» **WHAT THE TASK REQUIRES**:
Starting at the line that contains "f 111 310 307" in the listing below, write out every line word for word until you have written the line that contains "f 248 240 249".

» **PROVIDED MATERIAL**:

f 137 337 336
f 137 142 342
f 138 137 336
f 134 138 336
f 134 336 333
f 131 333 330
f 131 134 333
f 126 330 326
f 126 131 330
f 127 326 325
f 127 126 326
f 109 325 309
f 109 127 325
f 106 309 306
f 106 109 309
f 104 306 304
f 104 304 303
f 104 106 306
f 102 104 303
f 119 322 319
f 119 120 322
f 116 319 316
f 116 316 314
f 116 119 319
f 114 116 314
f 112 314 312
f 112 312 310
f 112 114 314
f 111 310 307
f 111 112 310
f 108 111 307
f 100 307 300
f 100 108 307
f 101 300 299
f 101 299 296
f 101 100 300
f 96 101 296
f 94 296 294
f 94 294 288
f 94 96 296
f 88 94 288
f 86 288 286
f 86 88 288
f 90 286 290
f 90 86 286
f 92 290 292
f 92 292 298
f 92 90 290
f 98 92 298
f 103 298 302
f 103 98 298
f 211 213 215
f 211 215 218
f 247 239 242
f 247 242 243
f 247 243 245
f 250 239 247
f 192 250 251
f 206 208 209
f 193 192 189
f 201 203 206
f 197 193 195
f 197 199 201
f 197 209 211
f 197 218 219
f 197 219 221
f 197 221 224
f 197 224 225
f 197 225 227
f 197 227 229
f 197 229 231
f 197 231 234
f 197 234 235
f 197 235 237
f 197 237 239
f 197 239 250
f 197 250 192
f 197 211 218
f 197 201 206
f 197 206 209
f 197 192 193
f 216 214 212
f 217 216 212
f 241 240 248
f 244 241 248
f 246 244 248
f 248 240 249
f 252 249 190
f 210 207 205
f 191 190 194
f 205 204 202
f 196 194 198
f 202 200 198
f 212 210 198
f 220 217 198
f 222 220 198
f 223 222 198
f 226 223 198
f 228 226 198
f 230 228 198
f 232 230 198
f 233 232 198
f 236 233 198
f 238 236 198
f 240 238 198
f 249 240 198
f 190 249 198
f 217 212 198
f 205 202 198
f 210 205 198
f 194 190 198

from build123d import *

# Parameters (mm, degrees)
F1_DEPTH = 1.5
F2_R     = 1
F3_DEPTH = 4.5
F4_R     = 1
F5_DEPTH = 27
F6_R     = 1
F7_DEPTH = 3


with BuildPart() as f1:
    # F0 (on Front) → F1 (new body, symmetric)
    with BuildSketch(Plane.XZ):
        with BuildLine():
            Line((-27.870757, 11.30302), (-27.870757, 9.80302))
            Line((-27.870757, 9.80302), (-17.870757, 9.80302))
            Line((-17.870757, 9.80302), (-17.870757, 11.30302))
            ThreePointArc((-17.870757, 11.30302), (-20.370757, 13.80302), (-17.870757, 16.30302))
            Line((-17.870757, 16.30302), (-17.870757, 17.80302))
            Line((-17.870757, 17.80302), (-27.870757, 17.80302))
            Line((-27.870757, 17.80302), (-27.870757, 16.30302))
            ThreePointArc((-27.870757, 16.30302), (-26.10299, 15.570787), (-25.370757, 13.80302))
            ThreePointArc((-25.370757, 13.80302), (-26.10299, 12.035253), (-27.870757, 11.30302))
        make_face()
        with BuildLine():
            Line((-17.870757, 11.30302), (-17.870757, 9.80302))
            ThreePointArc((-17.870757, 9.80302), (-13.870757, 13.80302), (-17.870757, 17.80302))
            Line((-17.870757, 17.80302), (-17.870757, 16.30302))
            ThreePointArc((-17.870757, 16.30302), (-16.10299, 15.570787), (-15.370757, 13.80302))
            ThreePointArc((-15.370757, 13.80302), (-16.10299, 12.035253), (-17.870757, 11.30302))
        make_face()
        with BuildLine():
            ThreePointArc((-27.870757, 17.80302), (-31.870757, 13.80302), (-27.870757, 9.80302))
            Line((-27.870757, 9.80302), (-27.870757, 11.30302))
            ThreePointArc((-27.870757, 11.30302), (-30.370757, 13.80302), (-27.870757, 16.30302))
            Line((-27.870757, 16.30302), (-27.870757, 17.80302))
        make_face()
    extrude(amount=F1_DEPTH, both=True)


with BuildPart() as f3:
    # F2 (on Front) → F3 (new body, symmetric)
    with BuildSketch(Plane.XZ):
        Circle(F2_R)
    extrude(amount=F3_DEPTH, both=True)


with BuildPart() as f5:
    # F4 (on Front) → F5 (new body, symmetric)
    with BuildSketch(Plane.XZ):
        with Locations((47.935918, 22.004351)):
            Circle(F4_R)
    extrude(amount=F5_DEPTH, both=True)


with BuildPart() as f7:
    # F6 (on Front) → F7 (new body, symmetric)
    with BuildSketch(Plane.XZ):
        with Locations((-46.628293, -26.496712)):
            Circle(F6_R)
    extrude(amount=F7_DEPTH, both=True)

» **EXPECTED ANSWER**:
f 111 310 307
f 111 112 310
f 108 111 307
f 100 307 300
f 100 108 307
f 101 300 299
f 101 299 296
f 101 100 300
f 96 101 296
f 94 296 294
f 94 294 288
f 94 96 296
f 88 94 288
f 86 288 286
f 86 88 288
f 90 286 290
f 90 86 286
f 92 290 292
f 92 292 298
f 92 90 290
f 98 92 298
f 103 298 302
f 103 98 298
f 211 213 215
f 211 215 218
f 247 239 242
f 247 242 243
f 247 243 245
f 250 239 247
f 192 250 251
f 206 208 209
f 193 192 189
f 201 203 206
f 197 193 195
f 197 199 201
f 197 209 211
f 197 218 219
f 197 219 221
f 197 221 224
f 197 224 225
f 197 225 227
f 197 227 229
f 197 229 231
f 197 231 234
f 197 234 235
f 197 235 237
f 197 237 239
f 197 239 250
f 197 250 192
f 197 211 218
f 197 201 206
f 197 206 209
f 197 192 193
f 216 214 212
f 217 216 212
f 241 240 248
f 244 241 248
f 246 244 248
f 248 240 249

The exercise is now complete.